The team has ensured those training recipe improvements help its models get reliably good at the basics. Moving beyond those basics entails model reasoning, an idea which the researchers cautioned is still in a relatively early phase.
“Model reasoning in the context of tool use looks like this: I have a suite of tools and the model needs to be trained to identify which tools are relevant to the task, then potentially think about tradeoffs,” Sivaraman explained. “We want it to come back with the right tool intelligently and efficiently. It's not just a question of which tool to use, but also how to use that tool.”
She offered the example of performing a web search with the intent of utilizing the results to help complete a workflow.
“If your workflow involves using a webpage’s search results, the browser is the right tool,” she explained. Alternately, if the desired result of that workflow is a set of ranked search results and the model is provided a search tool, then the model would reason to use that tool.
“We want to teach the model: ‘If I have a task that tells me to search for something and I have a tool that will give me ranked results associated with that thing, I should just call that tool instead of going to a webpage and executing that same search.’ It's both being smarter about the capabilities the model already has and executing them better.”
A future of increasing complexity
As the worlds of available tools and, subsequently, tool calling expand, the need for improved reasoning will grow along with them.

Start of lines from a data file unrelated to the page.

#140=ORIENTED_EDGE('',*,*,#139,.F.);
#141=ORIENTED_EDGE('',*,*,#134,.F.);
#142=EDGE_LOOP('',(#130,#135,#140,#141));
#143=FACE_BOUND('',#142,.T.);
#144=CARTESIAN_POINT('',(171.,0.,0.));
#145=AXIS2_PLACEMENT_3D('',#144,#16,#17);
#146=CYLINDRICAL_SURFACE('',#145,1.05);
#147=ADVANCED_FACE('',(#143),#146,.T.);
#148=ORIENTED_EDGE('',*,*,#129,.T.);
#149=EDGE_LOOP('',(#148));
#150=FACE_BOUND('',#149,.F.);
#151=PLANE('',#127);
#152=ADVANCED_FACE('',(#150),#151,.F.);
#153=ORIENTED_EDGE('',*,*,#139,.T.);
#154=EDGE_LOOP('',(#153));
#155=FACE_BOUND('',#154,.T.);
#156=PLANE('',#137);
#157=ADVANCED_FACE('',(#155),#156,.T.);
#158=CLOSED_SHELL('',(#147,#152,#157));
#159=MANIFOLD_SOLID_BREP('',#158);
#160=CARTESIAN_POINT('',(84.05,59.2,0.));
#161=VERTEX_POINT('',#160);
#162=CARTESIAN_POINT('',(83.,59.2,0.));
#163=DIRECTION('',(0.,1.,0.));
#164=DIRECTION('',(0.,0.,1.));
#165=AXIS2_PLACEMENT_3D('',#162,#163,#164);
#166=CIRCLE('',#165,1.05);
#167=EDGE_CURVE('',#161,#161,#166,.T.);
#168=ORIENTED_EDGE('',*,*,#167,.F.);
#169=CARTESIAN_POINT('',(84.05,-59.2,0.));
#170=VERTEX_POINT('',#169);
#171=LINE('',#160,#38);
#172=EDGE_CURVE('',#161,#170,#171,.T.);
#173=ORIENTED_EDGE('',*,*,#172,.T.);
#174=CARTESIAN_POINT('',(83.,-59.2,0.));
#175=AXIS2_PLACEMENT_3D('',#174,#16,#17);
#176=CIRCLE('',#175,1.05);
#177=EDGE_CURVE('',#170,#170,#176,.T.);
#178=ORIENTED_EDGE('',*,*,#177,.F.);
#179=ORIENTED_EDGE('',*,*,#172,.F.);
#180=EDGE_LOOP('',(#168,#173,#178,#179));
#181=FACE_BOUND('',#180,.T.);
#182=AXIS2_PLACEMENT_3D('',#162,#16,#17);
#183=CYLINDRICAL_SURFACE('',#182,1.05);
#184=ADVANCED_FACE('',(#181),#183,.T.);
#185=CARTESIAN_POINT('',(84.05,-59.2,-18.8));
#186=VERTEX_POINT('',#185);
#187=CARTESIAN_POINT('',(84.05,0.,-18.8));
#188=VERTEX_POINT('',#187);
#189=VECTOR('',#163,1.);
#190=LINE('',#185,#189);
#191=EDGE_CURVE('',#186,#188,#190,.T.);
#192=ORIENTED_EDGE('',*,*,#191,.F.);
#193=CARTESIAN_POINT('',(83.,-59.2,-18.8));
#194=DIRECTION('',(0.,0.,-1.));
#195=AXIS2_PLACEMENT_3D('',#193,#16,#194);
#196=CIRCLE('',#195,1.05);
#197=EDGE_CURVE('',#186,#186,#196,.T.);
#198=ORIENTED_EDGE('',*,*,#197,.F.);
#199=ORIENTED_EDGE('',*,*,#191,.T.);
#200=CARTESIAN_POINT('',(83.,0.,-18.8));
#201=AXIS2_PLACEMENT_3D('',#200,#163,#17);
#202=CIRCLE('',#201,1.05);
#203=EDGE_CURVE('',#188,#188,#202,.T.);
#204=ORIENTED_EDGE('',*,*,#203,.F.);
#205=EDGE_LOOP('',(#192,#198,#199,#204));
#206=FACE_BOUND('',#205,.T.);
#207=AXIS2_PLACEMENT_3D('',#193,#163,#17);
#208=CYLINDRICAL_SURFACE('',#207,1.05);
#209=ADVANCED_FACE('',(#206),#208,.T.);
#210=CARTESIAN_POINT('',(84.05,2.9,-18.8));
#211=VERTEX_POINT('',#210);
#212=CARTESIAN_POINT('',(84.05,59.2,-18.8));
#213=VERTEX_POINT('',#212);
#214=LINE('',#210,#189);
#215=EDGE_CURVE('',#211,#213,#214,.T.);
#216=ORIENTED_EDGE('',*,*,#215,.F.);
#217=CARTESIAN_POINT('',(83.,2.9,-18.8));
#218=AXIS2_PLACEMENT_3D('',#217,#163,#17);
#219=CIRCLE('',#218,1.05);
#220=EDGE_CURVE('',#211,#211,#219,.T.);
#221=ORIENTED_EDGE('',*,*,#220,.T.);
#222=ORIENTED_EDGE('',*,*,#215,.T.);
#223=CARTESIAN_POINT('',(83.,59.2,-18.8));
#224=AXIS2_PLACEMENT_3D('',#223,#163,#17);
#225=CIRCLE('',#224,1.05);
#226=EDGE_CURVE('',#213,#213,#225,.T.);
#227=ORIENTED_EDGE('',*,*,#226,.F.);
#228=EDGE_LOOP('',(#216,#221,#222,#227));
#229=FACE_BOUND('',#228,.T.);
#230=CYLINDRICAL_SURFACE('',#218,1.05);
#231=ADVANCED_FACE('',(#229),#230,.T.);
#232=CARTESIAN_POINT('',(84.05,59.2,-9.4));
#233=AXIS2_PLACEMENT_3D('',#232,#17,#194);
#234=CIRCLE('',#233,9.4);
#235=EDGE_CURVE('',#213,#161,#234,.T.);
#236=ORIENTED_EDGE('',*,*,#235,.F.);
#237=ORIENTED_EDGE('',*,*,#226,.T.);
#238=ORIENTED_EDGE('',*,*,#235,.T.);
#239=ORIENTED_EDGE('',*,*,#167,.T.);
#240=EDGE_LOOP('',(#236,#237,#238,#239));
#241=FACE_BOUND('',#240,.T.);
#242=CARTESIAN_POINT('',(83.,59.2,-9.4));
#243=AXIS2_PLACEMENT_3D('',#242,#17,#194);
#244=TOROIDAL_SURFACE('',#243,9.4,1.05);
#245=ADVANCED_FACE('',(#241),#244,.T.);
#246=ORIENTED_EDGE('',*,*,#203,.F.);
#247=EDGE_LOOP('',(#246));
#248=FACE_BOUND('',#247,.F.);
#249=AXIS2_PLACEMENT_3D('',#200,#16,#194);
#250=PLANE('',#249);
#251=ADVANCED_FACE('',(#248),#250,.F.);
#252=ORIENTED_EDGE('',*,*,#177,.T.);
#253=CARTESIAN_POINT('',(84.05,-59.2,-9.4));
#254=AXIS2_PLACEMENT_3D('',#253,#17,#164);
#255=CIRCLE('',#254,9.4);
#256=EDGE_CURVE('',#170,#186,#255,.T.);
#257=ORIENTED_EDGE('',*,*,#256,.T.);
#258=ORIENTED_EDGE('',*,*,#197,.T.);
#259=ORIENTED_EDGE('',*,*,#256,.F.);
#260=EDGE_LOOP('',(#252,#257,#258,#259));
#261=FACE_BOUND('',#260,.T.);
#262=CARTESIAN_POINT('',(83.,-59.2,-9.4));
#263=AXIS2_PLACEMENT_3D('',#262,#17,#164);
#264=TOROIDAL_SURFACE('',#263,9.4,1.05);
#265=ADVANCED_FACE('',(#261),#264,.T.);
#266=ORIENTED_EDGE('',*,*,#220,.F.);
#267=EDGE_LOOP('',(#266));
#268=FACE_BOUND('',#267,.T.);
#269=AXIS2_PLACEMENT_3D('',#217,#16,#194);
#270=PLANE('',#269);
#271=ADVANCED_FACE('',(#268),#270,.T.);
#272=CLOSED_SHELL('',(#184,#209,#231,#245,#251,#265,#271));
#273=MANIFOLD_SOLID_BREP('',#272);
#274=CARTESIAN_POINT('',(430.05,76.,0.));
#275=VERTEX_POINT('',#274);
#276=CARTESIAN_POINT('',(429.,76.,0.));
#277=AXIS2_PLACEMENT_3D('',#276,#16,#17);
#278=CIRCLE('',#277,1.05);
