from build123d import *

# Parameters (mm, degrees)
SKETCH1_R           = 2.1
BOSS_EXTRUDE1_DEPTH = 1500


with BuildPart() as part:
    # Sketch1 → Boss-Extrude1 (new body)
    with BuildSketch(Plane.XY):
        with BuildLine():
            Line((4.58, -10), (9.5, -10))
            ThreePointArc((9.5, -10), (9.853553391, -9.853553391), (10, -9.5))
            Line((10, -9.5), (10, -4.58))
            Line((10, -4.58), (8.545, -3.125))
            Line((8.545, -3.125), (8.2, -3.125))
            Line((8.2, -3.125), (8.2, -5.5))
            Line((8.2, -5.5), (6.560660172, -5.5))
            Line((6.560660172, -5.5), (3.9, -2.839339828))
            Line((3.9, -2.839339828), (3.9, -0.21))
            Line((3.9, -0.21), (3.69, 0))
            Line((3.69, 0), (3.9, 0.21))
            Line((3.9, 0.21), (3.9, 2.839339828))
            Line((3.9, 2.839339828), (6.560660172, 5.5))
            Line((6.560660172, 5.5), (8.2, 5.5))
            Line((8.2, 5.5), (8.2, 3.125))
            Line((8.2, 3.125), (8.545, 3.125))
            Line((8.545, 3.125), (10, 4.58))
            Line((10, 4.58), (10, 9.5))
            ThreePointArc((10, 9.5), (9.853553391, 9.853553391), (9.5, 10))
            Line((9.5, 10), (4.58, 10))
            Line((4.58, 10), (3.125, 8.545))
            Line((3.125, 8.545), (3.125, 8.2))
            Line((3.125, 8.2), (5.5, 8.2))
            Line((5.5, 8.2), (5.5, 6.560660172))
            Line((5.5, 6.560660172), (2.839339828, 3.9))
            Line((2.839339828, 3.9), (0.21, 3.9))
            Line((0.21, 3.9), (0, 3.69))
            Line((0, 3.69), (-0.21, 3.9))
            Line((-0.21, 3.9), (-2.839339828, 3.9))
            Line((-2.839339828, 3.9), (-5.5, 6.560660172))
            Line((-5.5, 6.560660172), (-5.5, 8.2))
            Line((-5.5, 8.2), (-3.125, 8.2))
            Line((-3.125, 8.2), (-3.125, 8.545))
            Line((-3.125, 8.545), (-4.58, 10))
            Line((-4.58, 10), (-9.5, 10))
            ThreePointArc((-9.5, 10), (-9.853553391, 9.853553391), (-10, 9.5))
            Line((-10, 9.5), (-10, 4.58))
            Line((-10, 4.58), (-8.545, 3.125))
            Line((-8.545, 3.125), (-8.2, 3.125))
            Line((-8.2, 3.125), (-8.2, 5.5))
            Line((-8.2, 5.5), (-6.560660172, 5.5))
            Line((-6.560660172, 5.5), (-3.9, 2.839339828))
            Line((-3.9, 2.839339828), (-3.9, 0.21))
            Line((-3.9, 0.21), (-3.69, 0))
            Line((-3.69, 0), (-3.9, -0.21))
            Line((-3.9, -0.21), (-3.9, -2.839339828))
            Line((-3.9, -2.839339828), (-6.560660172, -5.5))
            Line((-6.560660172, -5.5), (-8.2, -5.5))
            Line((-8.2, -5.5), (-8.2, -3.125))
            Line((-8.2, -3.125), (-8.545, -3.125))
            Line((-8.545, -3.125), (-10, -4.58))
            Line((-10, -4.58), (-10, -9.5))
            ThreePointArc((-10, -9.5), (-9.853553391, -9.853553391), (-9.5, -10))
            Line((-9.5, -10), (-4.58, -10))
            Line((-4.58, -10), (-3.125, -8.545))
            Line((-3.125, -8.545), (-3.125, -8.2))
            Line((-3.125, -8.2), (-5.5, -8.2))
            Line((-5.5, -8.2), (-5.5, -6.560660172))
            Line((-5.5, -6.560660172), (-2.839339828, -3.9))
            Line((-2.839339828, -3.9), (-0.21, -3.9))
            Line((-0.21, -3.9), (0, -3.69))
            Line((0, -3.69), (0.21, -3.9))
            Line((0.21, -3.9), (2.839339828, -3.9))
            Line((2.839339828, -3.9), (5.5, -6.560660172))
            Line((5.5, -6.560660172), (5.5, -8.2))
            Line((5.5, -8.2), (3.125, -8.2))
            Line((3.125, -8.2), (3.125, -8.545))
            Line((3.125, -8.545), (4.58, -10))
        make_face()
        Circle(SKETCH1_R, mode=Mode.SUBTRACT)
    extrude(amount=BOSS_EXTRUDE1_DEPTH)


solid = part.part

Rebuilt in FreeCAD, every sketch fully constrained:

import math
import FreeCAD as App
import Part
import Sketcher

doc = App.newDocument("Part")
body = doc.addObject("PartDesign::Body", "Body")

sketch1 = doc.addObject("Sketcher::SketchObject", "Sketch")
body.addObject(sketch1)
sketch1.AttachmentSupport = (doc.XY_Plane, [""])
sketch1.MapMode = "FlatFace"
sketch1.addGeometry([
    Part.LineSegment(App.Vector(4.58, -10, 0), App.Vector(9.5, -10, 0)),
    Part.ArcOfCircle(Part.Circle(App.Vector(9.5, -9.5, 0), App.Vector(0, 0, 1), 0.5), math.radians(-90), math.radians(0)),
    Part.LineSegment(App.Vector(10, -9.5, 0), App.Vector(10, -4.58, 0)),
    Part.LineSegment(App.Vector(10, -4.58, 0), App.Vector(8.545, -3.125, 0)),
    Part.LineSegment(App.Vector(8.545, -3.125, 0), App.Vector(8.2, -3.125, 0)),
    Part.LineSegment(App.Vector(8.2, -3.125, 0), App.Vector(8.2, -5.5, 0)),
    Part.LineSegment(App.Vector(8.2, -5.5, 0), App.Vector(6.56066, -5.5, 0)),
    Part.LineSegment(App.Vector(6.56066, -5.5, 0), App.Vector(3.9, -2.83934, 0)),
    Part.LineSegment(App.Vector(3.9, -2.83934, 0), App.Vector(3.9, -0.21, 0)),
    Part.LineSegment(App.Vector(3.9, -0.21, 0), App.Vector(3.69, 0, 0)),
    Part.LineSegment(App.Vector(3.69, 0, 0), App.Vector(3.9, 0.21, 0)),
    Part.LineSegment(App.Vector(3.9, 0.21, 0), App.Vector(3.9, 2.83934, 0)),
    Part.LineSegment(App.Vector(3.9, 2.83934, 0), App.Vector(6.56066, 5.5, 0)),
    Part.LineSegment(App.Vector(6.56066, 5.5, 0), App.Vector(8.2, 5.5, 0)),
    Part.LineSegment(App.Vector(8.2, 5.5, 0), App.Vector(8.2, 3.125, 0)),
    Part.LineSegment(App.Vector(8.2, 3.125, 0), App.Vector(8.545, 3.125, 0)),
    Part.LineSegment(App.Vector(8.545, 3.125, 0), App.Vector(10, 4.58, 0)),
    Part.LineSegment(App.Vector(10, 4.58, 0), App.Vector(10, 9.5, 0)),
    Part.ArcOfCircle(Part.Circle(App.Vector(9.5, 9.5, 0), App.Vector(0, 0, 1), 0.5), math.radians(0), math.radians(90)),
    Part.LineSegment(App.Vector(9.5, 10, 0), App.Vector(4.58, 10, 0)),
    Part.LineSegment(App.Vector(4.58, 10, 0), App.Vector(3.125, 8.545, 0)),
    Part.LineSegment(App.Vector(3.125, 8.545, 0), App.Vector(3.125, 8.2, 0)),
    Part.LineSegment(App.Vector(3.125, 8.2, 0), App.Vector(5.5, 8.2, 0)),
    Part.LineSegment(App.Vector(5.5, 8.2, 0), App.Vector(5.5, 6.56066, 0)),
    Part.LineSegment(App.Vector(5.5, 6.56066, 0), App.Vector(2.83934, 3.9, 0)),
    Part.LineSegment(App.Vector(2.83934, 3.9, 0), App.Vector(0.21, 3.9, 0)),
    Part.LineSegment(App.Vector(0.21, 3.9, 0), App.Vector(0, 3.69, 0)),
    Part.LineSegment(App.Vector(0, 3.69, 0), App.Vector(-0.21, 3.9, 0)),
    Part.LineSegment(App.Vector(-0.21, 3.9, 0), App.Vector(-2.83934, 3.9, 0)),
    Part.LineSegment(App.Vector(-2.83934, 3.9, 0), App.Vector(-5.5, 6.56066, 0)),
    Part.LineSegment(App.Vector(-5.5, 6.56066, 0), App.Vector(-5.5, 8.2, 0)),
    Part.LineSegment(App.Vector(-5.5, 8.2, 0), App.Vector(-3.125, 8.2, 0)),
    Part.LineSegment(App.Vector(-3.125, 8.2, 0), App.Vector(-3.125, 8.545, 0)),
    Part.LineSegment(App.Vector(-3.125, 8.545, 0), App.Vector(-4.58, 10, 0)),
    Part.LineSegment(App.Vector(-4.58, 10, 0), App.Vector(-9.5, 10, 0)),
    Part.ArcOfCircle(Part.Circle(App.Vector(-9.5, 9.5, 0), App.Vector(0, 0, 1), 0.5), math.radians(90), math.radians(180)),
    Part.LineSegment(App.Vector(-10, 9.5, 0), App.Vector(-10, 4.58, 0)),
    Part.LineSegment(App.Vector(-10, 4.58, 0), App.Vector(-8.545, 3.125, 0)),
    Part.LineSegment(App.Vector(-8.545, 3.125, 0), App.Vector(-8.2, 3.125, 0)),
    Part.LineSegment(App.Vector(-8.2, 3.125, 0), App.Vector(-8.2, 5.5, 0)),
    Part.LineSegment(App.Vector(-8.2, 5.5, 0), App.Vector(-6.56066, 5.5, 0)),
    Part.LineSegment(App.Vector(-6.56066, 5.5, 0), App.Vector(-3.9, 2.83934, 0)),
    Part.LineSegment(App.Vector(-3.9, 2.83934, 0), App.Vector(-3.9, 0.21, 0)),
    Part.LineSegment(App.Vector(-3.9, 0.21, 0), App.Vector(-3.69, 0, 0)),
    Part.LineSegment(App.Vector(-3.69, 0, 0), App.Vector(-3.9, -0.21, 0)),
    Part.LineSegment(App.Vector(-3.9, -0.21, 0), App.Vector(-3.9, -2.83934, 0)),
    Part.LineSegment(App.Vector(-3.9, -2.83934, 0), App.Vector(-6.56066, -5.5, 0)),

“There's much more fine-grained reasoning that needs to happen in order to be precise about what you end up calling,” Sivaraman noted. “In the web search example, the model needs to recognize that the task on hand is a search task, that the tools it has include a search tool, and that the search tool is better than going through a web page. That’s three levels of reasoning just to establish that is what you want to do.”
That opens up an exciting new world of challenges to solve.
“How do you start training models to be intelligent about trade-offs and capture all of these optimization functions in a single reward function that balances latency and accuracy and cost?” Sivaraman asked. “You can't just throw fine tuning data at that. We have built a training paradigm that captures reward associated with the tools it calls and doesn't call. I'm excited to figure out how to further improve our approach.
The relatively recent rise of the model context protocol (MCP) — an open protocol that assists integration between LLM applications and external data sources and tools — is another exciting avenue.
“We're still really early in terms of what's the right way to give access to tools,” Knapp observed. “MCP is a big one right now, but Anthropic just came out with this idea of skills. That tells me this not a soft space. If you think about it, we can do all these things with natural language, and yet with tools we're kind of using almost API structure, but maybe even that is not the ultimate solution. There's a lot of invention and interesting work to be done there around what is the end state of tools.”